» **Given entries**:
_ _ _ _ _

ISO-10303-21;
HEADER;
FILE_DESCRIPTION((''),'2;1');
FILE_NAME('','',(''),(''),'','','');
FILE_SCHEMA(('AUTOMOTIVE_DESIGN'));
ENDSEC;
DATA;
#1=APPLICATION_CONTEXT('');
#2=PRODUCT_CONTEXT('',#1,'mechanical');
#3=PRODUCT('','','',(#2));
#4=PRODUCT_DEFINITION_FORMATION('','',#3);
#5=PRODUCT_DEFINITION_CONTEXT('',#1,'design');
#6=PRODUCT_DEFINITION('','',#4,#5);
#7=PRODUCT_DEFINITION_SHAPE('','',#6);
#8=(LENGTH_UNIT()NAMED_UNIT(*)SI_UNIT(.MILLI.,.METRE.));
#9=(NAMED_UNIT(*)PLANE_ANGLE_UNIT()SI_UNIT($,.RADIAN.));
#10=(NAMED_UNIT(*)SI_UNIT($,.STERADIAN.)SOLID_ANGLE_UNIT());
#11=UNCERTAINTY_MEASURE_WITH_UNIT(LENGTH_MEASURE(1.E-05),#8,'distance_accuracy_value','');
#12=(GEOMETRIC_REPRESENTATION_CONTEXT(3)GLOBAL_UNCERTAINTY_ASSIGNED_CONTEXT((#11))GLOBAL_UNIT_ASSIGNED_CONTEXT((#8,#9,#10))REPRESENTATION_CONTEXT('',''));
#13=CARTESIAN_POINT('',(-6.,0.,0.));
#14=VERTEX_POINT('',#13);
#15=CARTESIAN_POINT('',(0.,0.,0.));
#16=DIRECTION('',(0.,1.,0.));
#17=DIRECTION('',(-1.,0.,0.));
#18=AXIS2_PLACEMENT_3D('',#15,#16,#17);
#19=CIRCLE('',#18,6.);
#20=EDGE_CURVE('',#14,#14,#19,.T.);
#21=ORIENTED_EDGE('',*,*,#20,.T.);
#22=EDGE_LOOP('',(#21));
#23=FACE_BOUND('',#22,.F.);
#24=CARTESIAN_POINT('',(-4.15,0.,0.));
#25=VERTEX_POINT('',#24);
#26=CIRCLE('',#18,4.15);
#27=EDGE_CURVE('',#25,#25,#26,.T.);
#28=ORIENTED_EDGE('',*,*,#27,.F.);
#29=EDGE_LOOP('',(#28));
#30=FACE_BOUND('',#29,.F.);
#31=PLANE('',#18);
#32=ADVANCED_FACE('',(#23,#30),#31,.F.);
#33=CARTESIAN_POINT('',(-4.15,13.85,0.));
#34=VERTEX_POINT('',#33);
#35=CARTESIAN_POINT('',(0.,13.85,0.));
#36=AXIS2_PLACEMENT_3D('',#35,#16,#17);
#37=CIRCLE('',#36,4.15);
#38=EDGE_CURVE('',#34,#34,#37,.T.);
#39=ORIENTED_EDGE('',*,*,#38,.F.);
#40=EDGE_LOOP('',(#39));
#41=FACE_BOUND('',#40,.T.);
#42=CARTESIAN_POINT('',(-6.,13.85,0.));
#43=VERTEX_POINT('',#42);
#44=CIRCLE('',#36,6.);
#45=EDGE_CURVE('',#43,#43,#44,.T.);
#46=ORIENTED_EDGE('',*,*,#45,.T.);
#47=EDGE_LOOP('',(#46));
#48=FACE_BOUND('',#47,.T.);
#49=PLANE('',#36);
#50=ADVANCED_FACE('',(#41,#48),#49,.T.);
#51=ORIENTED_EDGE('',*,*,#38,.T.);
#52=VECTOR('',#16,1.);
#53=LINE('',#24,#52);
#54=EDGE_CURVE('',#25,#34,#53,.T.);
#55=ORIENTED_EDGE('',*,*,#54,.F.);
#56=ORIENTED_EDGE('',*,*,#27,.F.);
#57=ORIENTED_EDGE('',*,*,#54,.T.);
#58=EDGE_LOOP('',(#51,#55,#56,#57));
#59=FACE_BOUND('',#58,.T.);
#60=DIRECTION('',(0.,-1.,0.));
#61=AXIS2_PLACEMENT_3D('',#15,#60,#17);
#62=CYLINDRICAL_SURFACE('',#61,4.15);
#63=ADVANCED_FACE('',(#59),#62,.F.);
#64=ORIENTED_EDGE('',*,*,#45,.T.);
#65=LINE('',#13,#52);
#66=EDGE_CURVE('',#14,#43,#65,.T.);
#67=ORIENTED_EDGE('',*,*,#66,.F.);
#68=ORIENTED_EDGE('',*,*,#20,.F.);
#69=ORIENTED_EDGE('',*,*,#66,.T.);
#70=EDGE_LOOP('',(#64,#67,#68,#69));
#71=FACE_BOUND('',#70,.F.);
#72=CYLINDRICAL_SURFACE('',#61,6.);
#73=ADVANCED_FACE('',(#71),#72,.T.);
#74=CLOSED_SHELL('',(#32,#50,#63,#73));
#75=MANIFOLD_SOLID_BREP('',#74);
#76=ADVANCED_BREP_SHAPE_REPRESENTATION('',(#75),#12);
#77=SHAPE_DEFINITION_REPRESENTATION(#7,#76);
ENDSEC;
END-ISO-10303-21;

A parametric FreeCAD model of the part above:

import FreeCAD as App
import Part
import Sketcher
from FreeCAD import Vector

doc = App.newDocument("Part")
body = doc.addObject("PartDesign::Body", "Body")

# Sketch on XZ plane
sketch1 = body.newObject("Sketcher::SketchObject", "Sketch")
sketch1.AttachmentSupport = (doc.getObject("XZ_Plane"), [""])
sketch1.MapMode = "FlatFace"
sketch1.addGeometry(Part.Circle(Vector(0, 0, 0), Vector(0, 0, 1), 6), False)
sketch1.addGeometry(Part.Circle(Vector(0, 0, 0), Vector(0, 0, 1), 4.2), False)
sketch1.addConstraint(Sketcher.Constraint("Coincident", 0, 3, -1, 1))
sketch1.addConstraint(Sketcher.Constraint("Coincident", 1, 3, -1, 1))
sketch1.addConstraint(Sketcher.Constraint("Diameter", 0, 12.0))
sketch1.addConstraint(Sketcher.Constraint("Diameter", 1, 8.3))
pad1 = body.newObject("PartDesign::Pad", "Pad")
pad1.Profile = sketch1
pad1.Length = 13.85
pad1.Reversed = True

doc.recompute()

_ _ _ _ _

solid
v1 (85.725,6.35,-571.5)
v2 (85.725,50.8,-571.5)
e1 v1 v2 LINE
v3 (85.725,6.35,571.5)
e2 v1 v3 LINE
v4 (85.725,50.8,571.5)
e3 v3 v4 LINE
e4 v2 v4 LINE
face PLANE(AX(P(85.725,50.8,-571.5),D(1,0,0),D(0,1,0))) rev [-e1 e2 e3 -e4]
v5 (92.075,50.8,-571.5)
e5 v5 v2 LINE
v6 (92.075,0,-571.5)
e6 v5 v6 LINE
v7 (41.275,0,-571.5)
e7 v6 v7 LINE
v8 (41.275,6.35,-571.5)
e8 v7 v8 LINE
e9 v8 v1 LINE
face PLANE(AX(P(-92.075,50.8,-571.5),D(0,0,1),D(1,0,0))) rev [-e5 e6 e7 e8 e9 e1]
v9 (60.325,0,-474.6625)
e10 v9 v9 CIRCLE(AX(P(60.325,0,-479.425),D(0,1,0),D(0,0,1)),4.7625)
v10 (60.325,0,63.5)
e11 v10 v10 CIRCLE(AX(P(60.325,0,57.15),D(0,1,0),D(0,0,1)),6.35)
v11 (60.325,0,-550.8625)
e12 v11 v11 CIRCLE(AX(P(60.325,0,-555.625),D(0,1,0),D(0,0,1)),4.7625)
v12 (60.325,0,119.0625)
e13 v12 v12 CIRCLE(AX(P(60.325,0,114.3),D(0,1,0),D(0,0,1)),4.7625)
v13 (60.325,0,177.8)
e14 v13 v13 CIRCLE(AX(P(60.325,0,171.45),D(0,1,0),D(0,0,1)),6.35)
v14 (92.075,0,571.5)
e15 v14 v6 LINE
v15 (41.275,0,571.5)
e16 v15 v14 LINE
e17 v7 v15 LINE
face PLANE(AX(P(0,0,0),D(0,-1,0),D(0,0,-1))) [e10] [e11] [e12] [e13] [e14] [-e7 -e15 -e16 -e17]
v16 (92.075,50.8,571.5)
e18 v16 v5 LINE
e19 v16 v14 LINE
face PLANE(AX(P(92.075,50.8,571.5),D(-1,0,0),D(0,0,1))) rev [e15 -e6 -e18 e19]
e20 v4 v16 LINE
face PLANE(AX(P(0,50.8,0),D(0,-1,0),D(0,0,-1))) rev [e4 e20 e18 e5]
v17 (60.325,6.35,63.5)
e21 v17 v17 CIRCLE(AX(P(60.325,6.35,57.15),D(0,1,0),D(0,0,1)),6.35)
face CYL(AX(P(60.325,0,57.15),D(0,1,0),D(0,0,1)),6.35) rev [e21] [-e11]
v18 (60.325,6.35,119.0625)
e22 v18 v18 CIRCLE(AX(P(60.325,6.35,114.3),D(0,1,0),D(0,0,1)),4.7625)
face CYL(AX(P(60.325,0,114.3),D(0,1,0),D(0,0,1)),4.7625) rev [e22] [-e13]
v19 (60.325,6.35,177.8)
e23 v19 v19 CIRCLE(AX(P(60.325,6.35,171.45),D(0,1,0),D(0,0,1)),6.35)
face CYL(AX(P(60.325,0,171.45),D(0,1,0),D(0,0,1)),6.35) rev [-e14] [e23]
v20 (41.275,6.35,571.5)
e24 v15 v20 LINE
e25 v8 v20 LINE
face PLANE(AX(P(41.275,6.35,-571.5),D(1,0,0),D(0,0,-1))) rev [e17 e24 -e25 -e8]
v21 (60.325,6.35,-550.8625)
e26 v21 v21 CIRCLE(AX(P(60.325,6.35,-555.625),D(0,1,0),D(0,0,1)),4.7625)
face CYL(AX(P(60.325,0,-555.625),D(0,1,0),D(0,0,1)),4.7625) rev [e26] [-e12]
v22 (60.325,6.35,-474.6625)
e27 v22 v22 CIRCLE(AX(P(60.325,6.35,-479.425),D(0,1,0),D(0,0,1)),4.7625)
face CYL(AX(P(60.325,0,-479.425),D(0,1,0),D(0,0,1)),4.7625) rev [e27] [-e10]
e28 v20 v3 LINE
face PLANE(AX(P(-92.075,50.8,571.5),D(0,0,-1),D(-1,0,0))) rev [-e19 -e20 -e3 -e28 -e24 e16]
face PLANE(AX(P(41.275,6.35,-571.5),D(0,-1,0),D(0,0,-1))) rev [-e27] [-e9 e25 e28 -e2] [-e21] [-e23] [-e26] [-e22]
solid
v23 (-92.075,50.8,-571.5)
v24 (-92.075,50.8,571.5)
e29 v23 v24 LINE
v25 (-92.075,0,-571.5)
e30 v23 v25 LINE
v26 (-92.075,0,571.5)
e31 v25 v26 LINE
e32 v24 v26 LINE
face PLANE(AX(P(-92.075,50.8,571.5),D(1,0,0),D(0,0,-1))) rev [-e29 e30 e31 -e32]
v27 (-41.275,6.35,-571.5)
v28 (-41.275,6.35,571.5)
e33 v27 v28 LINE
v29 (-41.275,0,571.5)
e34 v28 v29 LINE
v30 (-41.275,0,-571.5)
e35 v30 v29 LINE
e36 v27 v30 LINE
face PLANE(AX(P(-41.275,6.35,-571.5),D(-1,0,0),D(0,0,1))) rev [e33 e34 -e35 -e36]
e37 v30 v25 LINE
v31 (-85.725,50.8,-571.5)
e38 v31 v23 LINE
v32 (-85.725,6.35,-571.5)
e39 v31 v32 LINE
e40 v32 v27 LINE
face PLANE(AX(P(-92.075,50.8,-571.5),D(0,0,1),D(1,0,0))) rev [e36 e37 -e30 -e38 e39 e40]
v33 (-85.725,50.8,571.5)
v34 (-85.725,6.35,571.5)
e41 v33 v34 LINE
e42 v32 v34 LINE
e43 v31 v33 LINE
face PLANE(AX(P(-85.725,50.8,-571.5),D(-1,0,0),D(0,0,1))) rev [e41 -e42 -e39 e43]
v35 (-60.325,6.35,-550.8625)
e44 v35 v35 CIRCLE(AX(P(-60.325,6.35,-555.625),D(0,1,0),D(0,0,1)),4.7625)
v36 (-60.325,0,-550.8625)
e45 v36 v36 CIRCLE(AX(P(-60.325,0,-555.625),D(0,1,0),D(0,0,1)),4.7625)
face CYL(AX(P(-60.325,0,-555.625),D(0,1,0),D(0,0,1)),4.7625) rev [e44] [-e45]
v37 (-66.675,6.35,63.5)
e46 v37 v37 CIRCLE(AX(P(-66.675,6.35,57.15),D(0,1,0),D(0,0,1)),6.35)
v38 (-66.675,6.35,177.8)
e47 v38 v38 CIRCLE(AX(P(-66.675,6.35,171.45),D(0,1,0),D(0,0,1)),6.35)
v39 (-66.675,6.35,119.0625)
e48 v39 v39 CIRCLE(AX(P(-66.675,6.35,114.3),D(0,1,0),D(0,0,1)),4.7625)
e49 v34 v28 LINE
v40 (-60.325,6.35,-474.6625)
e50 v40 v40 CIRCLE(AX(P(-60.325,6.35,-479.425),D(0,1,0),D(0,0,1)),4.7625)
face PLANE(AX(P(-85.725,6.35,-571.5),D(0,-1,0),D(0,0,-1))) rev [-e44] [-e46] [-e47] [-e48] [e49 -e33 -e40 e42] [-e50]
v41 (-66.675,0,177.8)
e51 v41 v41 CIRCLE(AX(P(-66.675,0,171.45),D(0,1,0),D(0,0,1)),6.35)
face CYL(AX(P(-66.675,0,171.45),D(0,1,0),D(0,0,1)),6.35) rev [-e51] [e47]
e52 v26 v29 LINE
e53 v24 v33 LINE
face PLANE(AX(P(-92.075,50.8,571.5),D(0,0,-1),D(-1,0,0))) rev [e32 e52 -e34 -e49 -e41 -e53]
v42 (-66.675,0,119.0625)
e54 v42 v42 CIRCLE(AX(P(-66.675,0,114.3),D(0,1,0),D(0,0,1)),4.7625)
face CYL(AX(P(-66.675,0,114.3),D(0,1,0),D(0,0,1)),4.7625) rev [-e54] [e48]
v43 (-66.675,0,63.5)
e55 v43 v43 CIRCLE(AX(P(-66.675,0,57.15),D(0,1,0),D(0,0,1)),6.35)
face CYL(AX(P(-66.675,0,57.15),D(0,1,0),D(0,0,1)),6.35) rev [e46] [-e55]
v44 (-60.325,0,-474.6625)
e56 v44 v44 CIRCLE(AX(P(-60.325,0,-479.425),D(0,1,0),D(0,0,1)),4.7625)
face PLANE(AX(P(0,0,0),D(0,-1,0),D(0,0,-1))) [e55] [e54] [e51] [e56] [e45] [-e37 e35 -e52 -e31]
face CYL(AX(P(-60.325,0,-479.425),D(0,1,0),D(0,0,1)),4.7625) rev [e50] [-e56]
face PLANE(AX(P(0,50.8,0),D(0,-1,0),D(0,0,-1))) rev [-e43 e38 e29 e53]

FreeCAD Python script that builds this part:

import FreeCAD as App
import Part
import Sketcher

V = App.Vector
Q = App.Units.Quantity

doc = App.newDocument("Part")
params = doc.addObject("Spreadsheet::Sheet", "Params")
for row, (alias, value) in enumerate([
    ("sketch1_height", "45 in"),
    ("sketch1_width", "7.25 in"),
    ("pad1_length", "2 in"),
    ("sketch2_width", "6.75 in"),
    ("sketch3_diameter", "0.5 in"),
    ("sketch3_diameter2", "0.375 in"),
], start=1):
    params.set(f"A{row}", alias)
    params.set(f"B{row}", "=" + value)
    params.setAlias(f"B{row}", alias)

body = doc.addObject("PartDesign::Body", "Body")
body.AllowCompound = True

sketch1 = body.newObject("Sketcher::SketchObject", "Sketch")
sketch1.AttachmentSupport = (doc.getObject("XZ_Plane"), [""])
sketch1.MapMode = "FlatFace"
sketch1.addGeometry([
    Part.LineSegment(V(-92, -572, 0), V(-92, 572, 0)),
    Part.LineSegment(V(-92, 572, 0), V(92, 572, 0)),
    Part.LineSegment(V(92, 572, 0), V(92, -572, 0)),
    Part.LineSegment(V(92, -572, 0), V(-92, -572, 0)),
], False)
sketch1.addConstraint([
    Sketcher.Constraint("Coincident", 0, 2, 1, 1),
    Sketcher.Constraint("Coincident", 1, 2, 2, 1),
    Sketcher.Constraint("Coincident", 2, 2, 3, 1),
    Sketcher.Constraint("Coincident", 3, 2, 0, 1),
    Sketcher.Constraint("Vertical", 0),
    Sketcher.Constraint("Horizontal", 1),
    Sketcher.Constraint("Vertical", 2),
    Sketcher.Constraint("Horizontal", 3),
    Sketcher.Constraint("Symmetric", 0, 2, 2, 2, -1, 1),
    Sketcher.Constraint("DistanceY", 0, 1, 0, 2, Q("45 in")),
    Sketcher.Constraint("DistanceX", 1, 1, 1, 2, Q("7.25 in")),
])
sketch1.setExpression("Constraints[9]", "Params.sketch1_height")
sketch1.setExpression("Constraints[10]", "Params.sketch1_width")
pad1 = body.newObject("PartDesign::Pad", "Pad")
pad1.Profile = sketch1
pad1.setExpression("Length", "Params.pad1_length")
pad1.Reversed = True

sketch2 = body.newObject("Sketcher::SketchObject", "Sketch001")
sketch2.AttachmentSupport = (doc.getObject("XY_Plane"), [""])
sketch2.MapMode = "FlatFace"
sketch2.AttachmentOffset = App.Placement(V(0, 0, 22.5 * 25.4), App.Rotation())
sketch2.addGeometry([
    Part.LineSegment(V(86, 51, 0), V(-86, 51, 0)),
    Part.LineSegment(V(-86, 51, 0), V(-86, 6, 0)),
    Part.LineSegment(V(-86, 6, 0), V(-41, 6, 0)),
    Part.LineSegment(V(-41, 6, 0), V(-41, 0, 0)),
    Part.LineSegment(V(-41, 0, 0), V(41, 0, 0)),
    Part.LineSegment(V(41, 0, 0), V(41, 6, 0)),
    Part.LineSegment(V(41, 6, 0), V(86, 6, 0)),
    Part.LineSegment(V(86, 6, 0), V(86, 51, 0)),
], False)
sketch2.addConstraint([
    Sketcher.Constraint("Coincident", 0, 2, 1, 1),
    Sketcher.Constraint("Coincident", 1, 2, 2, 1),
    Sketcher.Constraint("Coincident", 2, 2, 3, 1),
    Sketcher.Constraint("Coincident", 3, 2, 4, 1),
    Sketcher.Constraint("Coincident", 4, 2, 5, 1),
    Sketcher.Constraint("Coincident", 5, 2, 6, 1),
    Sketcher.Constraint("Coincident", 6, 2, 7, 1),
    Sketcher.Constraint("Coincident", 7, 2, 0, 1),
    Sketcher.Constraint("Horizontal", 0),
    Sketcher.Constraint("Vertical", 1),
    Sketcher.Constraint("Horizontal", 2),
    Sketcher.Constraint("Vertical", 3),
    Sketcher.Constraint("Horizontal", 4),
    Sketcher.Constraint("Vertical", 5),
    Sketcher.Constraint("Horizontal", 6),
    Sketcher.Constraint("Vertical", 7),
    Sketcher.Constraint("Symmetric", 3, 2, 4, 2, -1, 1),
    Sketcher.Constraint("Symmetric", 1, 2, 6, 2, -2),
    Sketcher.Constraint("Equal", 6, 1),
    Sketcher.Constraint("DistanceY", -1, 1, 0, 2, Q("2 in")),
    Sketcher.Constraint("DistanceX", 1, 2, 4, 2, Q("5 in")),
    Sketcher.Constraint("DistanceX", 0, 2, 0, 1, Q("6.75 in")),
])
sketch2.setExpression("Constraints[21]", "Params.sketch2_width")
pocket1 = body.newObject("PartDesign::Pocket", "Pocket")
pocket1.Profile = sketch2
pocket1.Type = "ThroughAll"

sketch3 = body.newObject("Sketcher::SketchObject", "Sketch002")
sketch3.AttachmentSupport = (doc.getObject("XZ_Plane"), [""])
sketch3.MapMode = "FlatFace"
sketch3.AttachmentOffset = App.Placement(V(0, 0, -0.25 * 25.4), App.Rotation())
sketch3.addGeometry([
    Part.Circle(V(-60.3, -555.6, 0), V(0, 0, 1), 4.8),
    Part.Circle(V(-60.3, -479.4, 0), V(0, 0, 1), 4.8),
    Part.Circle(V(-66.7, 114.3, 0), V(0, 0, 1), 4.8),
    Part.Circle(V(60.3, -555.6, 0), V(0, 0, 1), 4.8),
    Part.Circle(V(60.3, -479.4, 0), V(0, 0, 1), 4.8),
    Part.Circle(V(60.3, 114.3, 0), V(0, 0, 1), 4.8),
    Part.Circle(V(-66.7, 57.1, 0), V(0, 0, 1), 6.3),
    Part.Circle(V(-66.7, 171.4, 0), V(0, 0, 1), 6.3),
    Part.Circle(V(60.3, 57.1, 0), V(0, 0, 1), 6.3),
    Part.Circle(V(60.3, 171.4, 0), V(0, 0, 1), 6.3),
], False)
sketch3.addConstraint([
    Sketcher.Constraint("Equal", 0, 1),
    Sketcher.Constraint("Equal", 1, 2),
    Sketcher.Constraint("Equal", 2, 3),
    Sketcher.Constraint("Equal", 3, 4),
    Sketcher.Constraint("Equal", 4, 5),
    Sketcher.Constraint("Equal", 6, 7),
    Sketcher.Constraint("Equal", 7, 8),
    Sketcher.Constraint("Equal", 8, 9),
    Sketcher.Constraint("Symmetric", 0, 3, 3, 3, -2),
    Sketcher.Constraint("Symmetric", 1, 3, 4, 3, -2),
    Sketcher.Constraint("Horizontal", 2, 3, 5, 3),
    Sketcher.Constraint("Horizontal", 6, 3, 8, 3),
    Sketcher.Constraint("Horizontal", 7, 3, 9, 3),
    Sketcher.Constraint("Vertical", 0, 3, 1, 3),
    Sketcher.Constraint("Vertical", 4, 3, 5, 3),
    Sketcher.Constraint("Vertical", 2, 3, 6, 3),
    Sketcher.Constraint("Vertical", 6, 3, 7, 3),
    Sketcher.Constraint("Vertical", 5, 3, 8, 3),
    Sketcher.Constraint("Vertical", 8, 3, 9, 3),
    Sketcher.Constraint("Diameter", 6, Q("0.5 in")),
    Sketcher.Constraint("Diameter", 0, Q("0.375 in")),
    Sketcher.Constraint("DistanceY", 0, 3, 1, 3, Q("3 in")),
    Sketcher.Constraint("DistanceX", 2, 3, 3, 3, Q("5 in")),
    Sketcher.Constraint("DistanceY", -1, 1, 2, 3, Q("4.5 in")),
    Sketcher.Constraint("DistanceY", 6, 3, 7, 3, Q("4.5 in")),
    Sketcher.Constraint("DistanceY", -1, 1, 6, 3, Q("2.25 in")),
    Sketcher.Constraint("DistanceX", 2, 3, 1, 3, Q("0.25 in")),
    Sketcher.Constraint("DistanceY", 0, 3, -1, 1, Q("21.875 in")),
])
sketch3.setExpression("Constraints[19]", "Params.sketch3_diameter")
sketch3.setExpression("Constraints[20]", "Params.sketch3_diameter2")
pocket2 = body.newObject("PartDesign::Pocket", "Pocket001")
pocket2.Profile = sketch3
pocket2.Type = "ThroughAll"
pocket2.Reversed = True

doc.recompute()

_ _ _ _ _

» **Work instruction**: Only the lines from the one containing "v22 (60.325,6.35,-474.6625)" through the one containing "e34 v28 v29 LINE" are to be retyped, both boundary lines included, with no other material.

» **Output of the exercise**:
v22 (60.325,6.35,-474.6625)
e27 v22 v22 CIRCLE(AX(P(60.325,6.35,-479.425),D(0,1,0),D(0,0,1)),4.7625)
face CYL(AX(P(60.325,0,-479.425),D(0,1,0),D(0,0,1)),4.7625) rev [e27] [-e10]
e28 v20 v3 LINE
face PLANE(AX(P(-92.075,50.8,571.5),D(0,0,-1),D(-1,0,0))) rev [-e19 -e20 -e3 -e28 -e24 e16]
face PLANE(AX(P(41.275,6.35,-571.5),D(0,-1,0),D(0,0,-1))) rev [-e27] [-e9 e25 e28 -e2] [-e21] [-e23] [-e26] [-e22]
solid
v23 (-92.075,50.8,-571.5)
v24 (-92.075,50.8,571.5)
e29 v23 v24 LINE
v25 (-92.075,0,-571.5)
e30 v23 v25 LINE
v26 (-92.075,0,571.5)
e31 v25 v26 LINE
e32 v24 v26 LINE
face PLANE(AX(P(-92.075,50.8,571.5),D(1,0,0),D(0,0,-1))) rev [-e29 e30 e31 -e32]
v27 (-41.275,6.35,-571.5)
v28 (-41.275,6.35,571.5)
e33 v27 v28 LINE
v29 (-41.275,0,571.5)
e34 v28 v29 LINE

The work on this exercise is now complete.